Stuck between sanctions and frozen seas, Russian icebreakers target China
FSUE Rosmorport, a Russian state-owned company overseeing the country’s seaports, announced on July 7 that its four icebreakers had successfully completed their work on the Northern Sea Route. Ten days earlier, the period of icebreaking assistance for vessels concluded, and restrictions on ice navigation were lifted in Port Elga and its approaches, where three Rosmorport icebreakers also operated.
The first bulk carrier with coal bound for China left Elga in late November 2024. Just three weeks later, its approaches were almost completely blocked by solid ice. Monitoring data indicates that the worsening ice conditions caught the port owners off guard.
Despite the declared period of icebreaker assistance starting on Dec. 10, there was still not a single icebreaker in the port, and four bulk carriers remained in the harbor and at anchor – only one of which had ice reinforcement. Two vessels managed to reach clear water independently. The remaining ones did so only with the help of the icebreakers “Kapitan Dranitsyn” and “St. Petersburg,” which arrived in Elga on Jan. 4 and Jan. 6 rspectively.

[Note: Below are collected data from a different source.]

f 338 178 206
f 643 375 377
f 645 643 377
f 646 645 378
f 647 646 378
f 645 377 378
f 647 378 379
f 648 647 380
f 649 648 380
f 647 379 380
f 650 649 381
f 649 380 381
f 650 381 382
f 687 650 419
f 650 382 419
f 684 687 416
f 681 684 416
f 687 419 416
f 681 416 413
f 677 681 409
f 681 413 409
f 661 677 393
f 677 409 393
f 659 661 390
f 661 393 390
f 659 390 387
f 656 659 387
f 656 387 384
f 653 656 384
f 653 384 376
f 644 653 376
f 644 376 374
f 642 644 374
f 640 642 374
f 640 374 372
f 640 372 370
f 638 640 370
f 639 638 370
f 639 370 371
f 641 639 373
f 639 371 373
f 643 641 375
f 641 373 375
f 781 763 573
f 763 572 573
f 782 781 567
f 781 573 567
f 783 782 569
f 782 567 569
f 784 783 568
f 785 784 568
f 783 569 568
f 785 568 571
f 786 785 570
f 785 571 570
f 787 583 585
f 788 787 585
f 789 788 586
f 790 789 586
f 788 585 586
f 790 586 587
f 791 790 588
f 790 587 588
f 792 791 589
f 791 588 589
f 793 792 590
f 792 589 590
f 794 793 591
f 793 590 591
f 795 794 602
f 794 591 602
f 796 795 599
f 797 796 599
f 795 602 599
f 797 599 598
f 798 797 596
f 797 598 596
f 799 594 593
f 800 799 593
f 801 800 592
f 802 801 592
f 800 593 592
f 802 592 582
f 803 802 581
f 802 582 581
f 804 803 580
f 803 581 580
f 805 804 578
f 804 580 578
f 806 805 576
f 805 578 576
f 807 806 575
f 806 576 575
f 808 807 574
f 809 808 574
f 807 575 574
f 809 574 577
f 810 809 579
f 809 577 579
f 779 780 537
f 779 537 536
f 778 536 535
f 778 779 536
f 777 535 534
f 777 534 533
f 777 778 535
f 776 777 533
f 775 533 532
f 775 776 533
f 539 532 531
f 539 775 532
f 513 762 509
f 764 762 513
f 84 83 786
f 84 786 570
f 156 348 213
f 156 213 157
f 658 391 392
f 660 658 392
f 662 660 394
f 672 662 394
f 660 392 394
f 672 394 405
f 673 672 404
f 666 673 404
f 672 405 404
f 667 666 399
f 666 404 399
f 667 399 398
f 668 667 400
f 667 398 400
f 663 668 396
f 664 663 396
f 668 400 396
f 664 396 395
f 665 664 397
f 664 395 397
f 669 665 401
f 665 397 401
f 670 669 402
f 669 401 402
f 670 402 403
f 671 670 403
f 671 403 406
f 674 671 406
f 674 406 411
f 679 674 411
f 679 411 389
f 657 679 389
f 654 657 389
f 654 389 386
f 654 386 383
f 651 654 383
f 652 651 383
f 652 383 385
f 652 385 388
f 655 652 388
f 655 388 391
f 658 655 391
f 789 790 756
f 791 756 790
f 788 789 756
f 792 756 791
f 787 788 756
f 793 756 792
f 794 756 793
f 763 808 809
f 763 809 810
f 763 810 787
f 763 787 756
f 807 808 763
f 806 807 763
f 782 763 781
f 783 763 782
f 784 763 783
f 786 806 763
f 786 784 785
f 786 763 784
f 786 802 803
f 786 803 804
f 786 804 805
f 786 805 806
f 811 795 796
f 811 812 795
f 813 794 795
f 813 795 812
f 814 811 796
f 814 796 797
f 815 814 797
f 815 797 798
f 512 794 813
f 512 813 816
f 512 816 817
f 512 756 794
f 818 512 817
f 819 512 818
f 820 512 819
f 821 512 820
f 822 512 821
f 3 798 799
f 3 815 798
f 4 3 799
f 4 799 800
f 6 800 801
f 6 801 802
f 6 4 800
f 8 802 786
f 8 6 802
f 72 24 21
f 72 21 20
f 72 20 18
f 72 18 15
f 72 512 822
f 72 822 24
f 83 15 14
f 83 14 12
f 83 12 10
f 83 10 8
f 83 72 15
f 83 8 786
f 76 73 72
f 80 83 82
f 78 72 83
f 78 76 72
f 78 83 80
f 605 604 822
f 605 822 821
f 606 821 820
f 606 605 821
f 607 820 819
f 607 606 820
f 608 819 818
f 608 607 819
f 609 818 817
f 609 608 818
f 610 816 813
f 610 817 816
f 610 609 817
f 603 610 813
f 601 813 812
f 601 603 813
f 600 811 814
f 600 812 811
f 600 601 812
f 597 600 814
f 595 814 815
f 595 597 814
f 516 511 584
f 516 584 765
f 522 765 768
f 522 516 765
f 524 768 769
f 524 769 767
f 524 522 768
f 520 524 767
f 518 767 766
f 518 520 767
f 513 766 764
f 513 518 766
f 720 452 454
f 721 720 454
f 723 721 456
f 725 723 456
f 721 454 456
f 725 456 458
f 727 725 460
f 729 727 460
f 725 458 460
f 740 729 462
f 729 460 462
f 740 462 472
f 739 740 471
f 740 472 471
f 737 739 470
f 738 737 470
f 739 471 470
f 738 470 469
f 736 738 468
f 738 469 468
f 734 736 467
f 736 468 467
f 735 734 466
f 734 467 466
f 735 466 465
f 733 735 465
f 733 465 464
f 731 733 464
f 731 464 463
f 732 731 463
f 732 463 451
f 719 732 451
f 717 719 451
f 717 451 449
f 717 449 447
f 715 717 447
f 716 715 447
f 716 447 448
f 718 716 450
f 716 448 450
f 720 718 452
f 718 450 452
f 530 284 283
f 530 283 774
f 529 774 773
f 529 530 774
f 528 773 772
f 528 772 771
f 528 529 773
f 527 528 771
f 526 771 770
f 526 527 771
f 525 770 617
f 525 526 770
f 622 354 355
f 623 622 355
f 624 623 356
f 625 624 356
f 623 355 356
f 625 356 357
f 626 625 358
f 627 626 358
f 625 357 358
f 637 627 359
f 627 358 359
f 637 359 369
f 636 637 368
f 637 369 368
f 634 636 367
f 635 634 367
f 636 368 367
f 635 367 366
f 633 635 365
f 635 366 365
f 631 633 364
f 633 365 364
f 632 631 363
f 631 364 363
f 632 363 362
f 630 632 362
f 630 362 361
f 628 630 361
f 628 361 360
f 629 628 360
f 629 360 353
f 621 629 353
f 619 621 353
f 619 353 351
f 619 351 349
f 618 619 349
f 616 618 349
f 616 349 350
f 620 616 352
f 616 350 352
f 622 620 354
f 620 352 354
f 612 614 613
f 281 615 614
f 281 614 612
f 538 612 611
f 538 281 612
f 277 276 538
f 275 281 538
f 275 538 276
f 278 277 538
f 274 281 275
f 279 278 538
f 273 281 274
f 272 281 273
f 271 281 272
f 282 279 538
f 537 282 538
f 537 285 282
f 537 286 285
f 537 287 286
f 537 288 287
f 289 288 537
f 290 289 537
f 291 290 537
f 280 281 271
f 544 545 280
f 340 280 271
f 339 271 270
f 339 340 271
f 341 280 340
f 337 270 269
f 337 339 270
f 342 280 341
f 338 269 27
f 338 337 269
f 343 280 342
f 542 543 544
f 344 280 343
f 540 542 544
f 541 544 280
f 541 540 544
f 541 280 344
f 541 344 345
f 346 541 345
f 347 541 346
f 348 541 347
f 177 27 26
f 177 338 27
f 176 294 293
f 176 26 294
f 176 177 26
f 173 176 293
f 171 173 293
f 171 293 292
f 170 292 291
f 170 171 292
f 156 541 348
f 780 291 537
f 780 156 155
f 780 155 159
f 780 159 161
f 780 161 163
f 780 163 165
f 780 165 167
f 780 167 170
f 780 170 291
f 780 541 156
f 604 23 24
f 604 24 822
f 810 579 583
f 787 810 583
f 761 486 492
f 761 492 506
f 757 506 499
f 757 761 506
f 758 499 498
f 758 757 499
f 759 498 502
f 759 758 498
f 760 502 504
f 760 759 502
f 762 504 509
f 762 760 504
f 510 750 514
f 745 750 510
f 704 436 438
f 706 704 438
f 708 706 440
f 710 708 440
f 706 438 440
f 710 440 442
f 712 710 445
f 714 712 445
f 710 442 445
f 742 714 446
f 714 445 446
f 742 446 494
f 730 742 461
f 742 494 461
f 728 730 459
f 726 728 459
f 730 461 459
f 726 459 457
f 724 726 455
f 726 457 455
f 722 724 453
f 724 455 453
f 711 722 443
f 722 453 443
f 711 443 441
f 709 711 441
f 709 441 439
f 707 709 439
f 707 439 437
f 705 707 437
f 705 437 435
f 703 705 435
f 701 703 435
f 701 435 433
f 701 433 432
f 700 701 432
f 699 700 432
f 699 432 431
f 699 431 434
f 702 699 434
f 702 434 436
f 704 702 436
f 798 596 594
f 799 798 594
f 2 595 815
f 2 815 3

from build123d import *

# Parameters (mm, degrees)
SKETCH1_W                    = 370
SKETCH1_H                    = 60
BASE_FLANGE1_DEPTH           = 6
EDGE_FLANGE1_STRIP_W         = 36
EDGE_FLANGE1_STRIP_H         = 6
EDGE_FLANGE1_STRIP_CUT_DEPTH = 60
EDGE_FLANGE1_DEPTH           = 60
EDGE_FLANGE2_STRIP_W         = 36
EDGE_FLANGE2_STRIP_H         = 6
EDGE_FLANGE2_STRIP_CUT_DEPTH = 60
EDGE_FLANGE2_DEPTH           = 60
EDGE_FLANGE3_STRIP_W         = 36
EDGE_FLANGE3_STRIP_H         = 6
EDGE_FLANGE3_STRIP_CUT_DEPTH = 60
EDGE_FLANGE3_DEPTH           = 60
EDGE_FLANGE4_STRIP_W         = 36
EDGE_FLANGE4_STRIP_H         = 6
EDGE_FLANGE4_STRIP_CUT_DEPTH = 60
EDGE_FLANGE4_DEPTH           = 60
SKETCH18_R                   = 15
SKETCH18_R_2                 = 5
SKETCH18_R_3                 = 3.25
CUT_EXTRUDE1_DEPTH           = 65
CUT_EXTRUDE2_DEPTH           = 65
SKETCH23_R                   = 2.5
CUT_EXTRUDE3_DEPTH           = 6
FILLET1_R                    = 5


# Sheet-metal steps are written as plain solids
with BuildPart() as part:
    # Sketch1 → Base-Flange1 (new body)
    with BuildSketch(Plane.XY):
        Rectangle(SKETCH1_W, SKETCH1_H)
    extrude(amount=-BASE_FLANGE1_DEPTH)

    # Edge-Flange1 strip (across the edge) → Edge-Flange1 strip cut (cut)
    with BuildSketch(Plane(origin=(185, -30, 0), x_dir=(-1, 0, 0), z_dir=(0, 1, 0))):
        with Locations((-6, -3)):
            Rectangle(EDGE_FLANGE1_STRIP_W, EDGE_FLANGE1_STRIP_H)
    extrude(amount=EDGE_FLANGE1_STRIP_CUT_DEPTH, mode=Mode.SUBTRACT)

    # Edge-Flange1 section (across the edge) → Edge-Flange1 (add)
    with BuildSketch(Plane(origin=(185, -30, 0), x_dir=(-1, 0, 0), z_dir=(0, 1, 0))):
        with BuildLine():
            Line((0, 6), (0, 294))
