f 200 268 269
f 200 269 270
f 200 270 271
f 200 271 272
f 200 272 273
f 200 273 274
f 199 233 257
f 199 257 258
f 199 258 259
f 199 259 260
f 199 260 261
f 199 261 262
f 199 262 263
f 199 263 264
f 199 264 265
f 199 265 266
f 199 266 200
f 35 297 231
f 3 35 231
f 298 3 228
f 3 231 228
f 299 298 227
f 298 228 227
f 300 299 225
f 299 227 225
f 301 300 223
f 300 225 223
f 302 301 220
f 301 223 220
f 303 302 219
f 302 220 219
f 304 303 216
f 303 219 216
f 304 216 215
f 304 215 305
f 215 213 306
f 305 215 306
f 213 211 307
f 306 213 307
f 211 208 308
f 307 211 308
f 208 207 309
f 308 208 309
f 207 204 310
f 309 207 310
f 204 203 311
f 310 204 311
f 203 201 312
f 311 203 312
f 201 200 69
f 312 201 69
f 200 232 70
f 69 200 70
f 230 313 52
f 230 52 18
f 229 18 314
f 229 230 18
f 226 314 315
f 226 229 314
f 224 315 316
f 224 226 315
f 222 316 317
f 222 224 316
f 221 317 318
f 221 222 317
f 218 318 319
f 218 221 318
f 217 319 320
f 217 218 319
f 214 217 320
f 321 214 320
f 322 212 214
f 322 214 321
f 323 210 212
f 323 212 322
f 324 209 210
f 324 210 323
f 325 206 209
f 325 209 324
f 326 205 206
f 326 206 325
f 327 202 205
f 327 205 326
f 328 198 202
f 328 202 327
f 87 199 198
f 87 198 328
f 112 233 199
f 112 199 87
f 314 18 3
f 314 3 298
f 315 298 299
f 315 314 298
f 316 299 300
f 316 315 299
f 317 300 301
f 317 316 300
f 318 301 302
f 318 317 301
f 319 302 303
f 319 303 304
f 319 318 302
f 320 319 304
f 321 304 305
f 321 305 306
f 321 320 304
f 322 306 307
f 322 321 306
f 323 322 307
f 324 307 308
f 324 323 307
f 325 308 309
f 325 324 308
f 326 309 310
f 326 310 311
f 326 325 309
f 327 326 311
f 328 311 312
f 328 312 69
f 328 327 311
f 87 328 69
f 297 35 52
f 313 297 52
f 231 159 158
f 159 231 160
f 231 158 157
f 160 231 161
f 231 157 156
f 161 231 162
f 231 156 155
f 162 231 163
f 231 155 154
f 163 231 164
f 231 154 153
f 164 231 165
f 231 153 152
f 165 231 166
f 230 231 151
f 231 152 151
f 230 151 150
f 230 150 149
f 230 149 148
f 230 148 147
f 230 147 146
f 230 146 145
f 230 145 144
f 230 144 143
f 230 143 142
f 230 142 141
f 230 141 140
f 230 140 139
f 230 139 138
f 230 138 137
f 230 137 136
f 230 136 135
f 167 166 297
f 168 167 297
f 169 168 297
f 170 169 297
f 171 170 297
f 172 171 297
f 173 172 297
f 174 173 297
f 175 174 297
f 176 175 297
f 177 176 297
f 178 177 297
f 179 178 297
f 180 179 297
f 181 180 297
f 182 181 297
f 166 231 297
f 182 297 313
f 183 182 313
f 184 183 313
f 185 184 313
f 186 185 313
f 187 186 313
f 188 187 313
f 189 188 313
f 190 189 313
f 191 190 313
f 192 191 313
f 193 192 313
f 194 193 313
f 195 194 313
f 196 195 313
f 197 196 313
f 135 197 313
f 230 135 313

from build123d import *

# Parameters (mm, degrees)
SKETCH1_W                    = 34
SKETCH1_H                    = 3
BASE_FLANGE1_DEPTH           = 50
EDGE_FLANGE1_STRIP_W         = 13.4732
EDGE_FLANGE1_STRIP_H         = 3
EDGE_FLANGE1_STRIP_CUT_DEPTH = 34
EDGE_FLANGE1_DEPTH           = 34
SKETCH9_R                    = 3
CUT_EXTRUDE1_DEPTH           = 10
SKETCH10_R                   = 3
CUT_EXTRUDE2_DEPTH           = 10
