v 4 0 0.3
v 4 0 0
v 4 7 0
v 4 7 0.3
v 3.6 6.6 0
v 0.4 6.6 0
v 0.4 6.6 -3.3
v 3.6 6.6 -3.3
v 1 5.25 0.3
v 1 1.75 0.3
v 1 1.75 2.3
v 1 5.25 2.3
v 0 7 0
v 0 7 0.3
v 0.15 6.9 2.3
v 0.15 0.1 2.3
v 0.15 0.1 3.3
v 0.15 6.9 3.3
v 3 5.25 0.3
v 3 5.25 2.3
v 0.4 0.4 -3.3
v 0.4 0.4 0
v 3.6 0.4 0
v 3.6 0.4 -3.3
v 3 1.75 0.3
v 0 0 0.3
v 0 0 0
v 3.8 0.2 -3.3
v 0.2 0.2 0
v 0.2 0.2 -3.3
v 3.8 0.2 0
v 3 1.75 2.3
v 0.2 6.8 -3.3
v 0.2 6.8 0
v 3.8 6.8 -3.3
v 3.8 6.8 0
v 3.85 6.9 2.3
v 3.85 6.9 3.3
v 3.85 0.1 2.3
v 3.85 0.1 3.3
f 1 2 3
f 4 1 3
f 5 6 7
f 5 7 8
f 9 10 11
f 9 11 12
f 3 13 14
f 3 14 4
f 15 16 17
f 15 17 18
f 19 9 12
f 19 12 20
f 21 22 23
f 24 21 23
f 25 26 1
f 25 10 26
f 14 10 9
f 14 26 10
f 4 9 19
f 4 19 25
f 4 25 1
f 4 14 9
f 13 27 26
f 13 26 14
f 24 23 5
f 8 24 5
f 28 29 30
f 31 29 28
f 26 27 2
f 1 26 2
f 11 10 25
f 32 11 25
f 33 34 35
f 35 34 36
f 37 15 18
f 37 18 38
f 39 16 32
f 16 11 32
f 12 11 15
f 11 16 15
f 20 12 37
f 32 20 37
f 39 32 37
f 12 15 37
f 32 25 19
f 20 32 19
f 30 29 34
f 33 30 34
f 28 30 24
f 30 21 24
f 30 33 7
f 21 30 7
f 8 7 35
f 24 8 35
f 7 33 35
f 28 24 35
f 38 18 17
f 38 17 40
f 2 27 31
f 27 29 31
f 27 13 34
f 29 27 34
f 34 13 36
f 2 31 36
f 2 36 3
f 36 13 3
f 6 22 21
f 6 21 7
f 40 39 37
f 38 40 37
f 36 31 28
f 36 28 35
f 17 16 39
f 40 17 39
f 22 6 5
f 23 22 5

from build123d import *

# Parameters (mm, degrees)
SCHIZZO1_W                   = 4
SCHIZZO1_H                   = 7
ESTRUSIONE_ESTRUSIONE1_DEPTH = 0.3
SCHIZZO2_W                   = 3.6
SCHIZZO2_H                   = 6.6
ESTRUSIONE_ESTRUSIONE2_DEPTH = 3.3
SCHIZZO3_W                   = 3.2
SCHIZZO3_H                   = 6.2
TAGLIO_ESTRUSIONE1_DEPTH     = 4.3
SCHIZZO6_W                   = 2
SCHIZZO6_H                   = 3.5
ESTRUSIONE_ESTRUSIONE3_DEPTH = 2.3
SCHIZZO7_W                   = 3.7
SCHIZZO7_H                   = 6.8
ESTRUSIONE_ESTRUSIONE4_DEPTH = 1


with BuildPart() as part:
    # Schizzo1 → Estrusione-Estrusione1 (new body)
    with BuildSketch(Plane.XY):
        with Locations((2, 3.5)):
            Rectangle(SCHIZZO1_W, SCHIZZO1_H)
    extrude(amount=ESTRUSIONE_ESTRUSIONE1_DEPTH)

    # Schizzo2 → Estrusione-Estrusione2 (add)
    with BuildSketch(Plane.XY):
        with Locations((2, 3.5)):
            Rectangle(SCHIZZO2_W, SCHIZZO2_H)
    extrude(amount=-ESTRUSIONE_ESTRUSIONE2_DEPTH)

    # Schizzo3 → Taglio-Estrusione1 (cut, through all)
    with BuildSketch(Plane.XY):
        with Locations((2, 3.5)):
            Rectangle(SCHIZZO3_W, SCHIZZO3_H)
    extrude(amount=-TAGLIO_ESTRUSIONE1_DEPTH, mode=Mode.SUBTRACT)

    # Schizzo6 → Estrusione-Estrusione3 (add)
    with BuildSketch(Plane.XY):
        with Locations((2, 3.5)):
            Rectangle(SCHIZZO6_W, SCHIZZO6_H)
    extrude(amount=ESTRUSIONE_ESTRUSIONE3_DEPTH)

    # Schizzo7 → Estrusione-Estrusione4 (add)
    with BuildSketch(Plane.XY.offset(2.3)):
        with Locations((2, 3.5)):
            Rectangle(SCHIZZO7_W, SCHIZZO7_H)
    extrude(amount=ESTRUSIONE_ESTRUSIONE4_DEPTH)


solid = part.part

From January, the port was open only to vessels with ice reinforcement. Mooring operations were handled by ice-class tugs, which had to work through a continuous thick layer of broken and crushed ice, reaching 1.5 meters thick in the harbor. On March 10, the Arctic ice-class tug “Titan,” which had worked on the Northern Sea Route in the previous season, came to Elga’s aid, followed by the icebreaker “Kapitan Khlebnikov” on April 11.
According to monitoring data, coal shipments from Elga were suspended for over two months starting in early April. Alongside the three icebreakers, seven bulk carriers with a total deadweight of almost half a million tons remained on standby: four were in port and at anchorage, and three more were cruising in the Sea of Okhotsk. Shipments only resumed on June 10, shortly before the end of the period of icebreaker assistance.
In total, three Rosmorport icebreakers worked 404 days in Elga. During this time, only about 30 vessels, with a total deadweight of approximately 1.7 million tons, entered and exited the port. The length of icebreaking escorts ranged from 400 to 600 kilometers.
Thus, the first period of icebreaker assistance in Port Elga showed that its operation requires significantly more icebreaker involvement than exports through ports in the southern part of the Far East. Furthermore, to achieve the planned export volumes of tens of millions of tons, Elgaugol will need to find dozens of bulk carriers with at least a minimal ice class in the coming years.
That is a challenging task in the current political situation because companies of the Elga group are included in the U.S. Department of the Treasury’s sanctions list, creating a risk of secondary sanctions for business partners.